One thing that was impressed upon me very emphatically was the location of the hospitals, so that in case I was ever wounded and had the strength to pick my landing I could land as near as possible to a hospital. All these things a new pilot goes through during the first two or three days after joining a squadron.
Our regular routine was two flights a day, each of two hours' duration. After doing our regular patrol, it was our privilege to go off on our own hook, if we wished, before going back to the squadron.
I soon found out that my squadron was some hot squadron, our fliers being almost always assigned to special-duty work, such as shooting up trenches at a height of fifty feet from the ground!
I received my baptism into this kind of work the third time I went out over the lines, and I would recommend it to any one who is hankering for excitement.
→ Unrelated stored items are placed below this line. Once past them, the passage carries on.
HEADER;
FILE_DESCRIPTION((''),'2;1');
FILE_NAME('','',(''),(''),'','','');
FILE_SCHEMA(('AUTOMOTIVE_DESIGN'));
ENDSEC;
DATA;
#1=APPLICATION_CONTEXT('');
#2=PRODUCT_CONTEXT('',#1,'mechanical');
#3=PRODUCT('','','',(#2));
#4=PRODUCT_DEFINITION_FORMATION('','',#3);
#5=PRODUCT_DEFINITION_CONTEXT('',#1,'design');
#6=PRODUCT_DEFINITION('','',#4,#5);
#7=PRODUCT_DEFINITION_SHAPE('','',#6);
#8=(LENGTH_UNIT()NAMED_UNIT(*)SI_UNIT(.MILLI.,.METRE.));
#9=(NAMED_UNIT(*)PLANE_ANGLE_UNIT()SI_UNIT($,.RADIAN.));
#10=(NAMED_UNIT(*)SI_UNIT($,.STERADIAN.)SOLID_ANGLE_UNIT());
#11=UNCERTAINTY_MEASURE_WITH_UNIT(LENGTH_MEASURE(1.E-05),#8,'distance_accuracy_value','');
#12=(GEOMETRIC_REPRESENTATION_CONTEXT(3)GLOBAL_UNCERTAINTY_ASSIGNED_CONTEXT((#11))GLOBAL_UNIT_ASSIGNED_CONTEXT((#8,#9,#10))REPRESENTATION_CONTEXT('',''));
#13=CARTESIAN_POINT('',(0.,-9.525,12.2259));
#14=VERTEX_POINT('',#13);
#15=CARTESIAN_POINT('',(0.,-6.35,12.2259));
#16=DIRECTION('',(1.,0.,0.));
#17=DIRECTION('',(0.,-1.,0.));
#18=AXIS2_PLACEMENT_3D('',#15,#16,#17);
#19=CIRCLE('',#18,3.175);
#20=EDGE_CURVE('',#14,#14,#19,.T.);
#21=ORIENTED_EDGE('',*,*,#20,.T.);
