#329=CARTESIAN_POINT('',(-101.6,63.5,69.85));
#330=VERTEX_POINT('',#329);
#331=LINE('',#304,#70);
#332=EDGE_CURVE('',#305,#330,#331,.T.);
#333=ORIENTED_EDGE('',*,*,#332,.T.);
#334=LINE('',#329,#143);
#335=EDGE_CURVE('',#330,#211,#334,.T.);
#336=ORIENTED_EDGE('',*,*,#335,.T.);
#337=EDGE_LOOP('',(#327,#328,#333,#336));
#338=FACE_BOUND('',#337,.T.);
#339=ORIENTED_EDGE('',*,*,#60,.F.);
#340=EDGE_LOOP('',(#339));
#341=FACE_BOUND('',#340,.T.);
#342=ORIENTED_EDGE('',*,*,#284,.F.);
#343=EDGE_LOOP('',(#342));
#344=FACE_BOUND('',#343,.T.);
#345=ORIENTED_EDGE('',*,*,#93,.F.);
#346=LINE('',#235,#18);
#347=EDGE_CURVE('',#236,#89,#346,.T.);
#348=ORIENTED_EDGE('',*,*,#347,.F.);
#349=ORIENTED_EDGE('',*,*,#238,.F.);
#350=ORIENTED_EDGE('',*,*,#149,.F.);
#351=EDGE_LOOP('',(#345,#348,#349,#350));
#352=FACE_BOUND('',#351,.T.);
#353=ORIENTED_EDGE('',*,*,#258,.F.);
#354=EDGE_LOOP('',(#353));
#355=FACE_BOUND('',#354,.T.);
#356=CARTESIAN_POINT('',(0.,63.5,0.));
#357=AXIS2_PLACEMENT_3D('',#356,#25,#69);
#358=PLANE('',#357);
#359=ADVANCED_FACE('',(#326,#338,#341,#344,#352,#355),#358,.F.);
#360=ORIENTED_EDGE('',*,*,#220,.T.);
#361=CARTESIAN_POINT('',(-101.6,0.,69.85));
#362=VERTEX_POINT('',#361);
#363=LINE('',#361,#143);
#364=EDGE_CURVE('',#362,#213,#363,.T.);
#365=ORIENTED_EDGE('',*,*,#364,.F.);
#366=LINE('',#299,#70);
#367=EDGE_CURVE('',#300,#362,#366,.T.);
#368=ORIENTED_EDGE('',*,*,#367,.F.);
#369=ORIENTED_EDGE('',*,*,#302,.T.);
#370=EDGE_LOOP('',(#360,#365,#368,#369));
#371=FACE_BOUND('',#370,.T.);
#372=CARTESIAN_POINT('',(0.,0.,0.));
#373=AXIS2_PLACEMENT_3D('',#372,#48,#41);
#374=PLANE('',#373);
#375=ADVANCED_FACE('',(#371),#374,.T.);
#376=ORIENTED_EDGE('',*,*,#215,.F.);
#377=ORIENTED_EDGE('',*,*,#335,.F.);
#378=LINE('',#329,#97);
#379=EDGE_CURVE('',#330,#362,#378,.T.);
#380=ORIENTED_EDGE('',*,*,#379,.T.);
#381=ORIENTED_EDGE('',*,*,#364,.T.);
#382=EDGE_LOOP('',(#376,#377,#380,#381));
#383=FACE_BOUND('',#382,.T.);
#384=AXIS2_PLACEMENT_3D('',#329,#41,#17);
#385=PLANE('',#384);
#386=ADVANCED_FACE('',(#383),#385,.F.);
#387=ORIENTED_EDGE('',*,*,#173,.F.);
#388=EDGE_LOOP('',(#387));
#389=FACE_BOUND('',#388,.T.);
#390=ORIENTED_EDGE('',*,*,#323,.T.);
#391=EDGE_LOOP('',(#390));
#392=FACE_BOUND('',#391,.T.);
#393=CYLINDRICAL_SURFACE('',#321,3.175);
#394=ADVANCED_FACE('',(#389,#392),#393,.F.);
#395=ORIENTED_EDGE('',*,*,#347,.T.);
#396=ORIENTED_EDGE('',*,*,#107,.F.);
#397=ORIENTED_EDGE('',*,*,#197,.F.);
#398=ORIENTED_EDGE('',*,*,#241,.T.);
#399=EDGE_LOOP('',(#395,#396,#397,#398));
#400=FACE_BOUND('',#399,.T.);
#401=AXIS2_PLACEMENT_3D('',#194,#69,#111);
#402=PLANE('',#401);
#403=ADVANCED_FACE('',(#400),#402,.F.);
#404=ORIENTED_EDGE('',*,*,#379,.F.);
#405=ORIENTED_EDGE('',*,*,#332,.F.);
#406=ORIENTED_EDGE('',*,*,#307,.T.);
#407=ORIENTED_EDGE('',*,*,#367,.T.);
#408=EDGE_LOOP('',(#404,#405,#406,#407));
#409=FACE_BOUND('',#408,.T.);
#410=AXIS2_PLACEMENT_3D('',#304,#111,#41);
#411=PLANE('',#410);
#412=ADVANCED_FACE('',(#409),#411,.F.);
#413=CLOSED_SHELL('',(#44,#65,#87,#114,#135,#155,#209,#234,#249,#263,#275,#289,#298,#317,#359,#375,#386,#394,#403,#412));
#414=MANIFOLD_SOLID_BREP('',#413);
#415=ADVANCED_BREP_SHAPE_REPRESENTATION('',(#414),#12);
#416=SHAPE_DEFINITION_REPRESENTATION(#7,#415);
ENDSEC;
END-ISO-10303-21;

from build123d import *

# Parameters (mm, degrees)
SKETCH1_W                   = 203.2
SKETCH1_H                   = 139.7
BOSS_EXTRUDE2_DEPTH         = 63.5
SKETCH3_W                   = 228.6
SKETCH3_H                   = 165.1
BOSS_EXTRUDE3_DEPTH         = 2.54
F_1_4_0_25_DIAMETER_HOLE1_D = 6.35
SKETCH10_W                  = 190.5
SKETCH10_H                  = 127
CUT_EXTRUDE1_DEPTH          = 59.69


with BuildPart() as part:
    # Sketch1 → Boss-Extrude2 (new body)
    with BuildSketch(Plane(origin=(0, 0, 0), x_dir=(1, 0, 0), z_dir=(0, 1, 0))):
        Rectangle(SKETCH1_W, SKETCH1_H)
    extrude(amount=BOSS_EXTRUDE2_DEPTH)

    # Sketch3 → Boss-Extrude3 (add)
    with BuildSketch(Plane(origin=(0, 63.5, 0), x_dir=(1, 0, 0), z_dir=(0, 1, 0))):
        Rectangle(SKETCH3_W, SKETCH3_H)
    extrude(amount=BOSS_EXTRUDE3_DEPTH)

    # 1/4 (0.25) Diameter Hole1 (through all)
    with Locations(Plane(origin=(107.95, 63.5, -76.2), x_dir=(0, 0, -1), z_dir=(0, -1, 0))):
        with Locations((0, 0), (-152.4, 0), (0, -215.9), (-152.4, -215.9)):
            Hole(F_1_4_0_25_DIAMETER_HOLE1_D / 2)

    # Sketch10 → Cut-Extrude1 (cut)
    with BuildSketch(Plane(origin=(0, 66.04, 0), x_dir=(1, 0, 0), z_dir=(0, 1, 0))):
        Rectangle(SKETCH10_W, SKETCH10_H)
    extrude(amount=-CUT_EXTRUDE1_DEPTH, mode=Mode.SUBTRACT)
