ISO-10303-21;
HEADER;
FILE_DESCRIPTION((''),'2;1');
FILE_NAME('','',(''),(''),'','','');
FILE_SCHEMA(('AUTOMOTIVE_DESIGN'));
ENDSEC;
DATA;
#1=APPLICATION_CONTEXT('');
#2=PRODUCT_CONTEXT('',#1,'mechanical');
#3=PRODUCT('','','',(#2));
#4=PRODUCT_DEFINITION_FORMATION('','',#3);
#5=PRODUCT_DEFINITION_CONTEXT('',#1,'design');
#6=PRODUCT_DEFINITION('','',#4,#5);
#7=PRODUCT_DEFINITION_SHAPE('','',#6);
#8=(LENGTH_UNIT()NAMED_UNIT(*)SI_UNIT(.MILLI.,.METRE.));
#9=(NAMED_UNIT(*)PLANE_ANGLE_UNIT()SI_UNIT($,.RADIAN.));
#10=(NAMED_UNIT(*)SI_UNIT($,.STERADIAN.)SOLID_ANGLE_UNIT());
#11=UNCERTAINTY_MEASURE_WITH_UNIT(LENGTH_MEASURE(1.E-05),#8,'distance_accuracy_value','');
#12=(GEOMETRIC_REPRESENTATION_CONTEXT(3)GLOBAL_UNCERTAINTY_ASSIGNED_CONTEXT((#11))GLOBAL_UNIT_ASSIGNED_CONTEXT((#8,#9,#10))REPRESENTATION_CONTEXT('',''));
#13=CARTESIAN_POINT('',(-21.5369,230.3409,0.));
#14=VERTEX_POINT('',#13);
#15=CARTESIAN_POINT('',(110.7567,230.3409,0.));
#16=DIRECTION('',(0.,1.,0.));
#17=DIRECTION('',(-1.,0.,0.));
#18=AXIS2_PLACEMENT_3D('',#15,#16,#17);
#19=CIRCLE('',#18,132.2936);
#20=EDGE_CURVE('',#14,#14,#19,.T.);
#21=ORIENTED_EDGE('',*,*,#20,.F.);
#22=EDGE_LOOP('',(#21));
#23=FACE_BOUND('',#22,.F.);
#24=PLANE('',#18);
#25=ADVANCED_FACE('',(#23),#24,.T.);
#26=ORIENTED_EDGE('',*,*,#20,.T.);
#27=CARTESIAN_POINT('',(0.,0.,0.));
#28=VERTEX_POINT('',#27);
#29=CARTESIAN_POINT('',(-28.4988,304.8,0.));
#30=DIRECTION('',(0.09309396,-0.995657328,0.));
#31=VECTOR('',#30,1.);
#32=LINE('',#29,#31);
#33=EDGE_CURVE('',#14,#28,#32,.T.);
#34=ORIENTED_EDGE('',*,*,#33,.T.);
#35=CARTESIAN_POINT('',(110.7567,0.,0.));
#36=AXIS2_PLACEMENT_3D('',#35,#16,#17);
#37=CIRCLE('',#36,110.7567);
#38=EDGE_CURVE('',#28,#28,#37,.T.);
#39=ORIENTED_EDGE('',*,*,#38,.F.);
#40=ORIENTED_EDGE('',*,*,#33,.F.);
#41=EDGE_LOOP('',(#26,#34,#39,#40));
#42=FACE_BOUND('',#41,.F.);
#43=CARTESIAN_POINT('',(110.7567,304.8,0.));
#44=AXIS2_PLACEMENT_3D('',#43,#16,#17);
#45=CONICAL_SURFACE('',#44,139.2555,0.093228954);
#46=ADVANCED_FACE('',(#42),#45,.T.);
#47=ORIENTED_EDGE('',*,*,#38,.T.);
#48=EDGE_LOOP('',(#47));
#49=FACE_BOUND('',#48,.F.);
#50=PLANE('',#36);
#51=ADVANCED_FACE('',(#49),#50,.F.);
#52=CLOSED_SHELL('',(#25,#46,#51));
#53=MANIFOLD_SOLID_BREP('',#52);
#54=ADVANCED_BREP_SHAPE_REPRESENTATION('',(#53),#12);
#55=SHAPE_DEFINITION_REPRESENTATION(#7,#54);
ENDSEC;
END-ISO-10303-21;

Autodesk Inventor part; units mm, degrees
ref_plane "YZ Plane" through (0, 0, 0) normal (1, 0, 0) x (0, 1, 0)
ref_plane "XZ Plane" through (0, 0, 0) normal (0, 1, 0) x (-1, 0, 0)
ref_plane "XY Plane" through (0, 0, 0) normal (0, 0, 1) x (1, 0, 0)
sketch "Sketch2" plane through (0, 0, 0) normal (0, 0, 1) x (1, 0, 0)
  line L0 (110.7567, 0) -> (110.7567, 304.8)
  line L1 (110.7567, 304.8) -> (-28.4988, 304.8)
  line L2 (-28.4988, 304.8) -> (0, 0)
  line L3 (110.7567, 230.3409) -> (-21.5369, 230.3409)
  line L4 (0, 0) -> (110.7567, 0)
  dimension "d2" = 139.2555
  dimension "d9" = 132.2936
revolve "Revolution2" add sketch "Sketch2" angle 360 about axis through (110.7567, 0, 0) along (0, 1, 0) contours L4 L2 L3 L0
properties part number "smokestack dimentions"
You are not only apt to be attacked by hostile aircraft from above, but you are swept by machine-gun fire from below. I have seen some of our machines come back from this work sometimes so riddled with bullets that I wondered how they ever held together. Before we started out on one of these jobs we were mighty careful to see that our motors were in perfect condition, because they told us the "war-bread was bad in Germany."
One morning, shortly after I joined the squadron, three of us started over the line on our own accord. We soon observed four enemy machines, two-seaters, coming toward us. This type of machine is used by the Huns for artillery work and bomb-dropping, and we knew they were on mischief bent. Each machine had a machine-gun in front, worked by the pilot, and the observer also had a gun with which he could spray all around.
When we first noticed the Huns our machines were about six miles back of the German lines and we were lying high up in the sky, keeping the sun behind us, so that the enemy could not see us.
We picked out three of the machines and dove down on them. I went right by the man I picked for myself and his observer in the rear seat kept pumping at me to beat the band. Not one of my shots took effect as I went right under him, but I turned and gave him another burst of bullets and down he went in a spinning nose dive, one of his wings going one way and one another. As I saw him crash to the ground I knew that I had got my first hostile aircraft.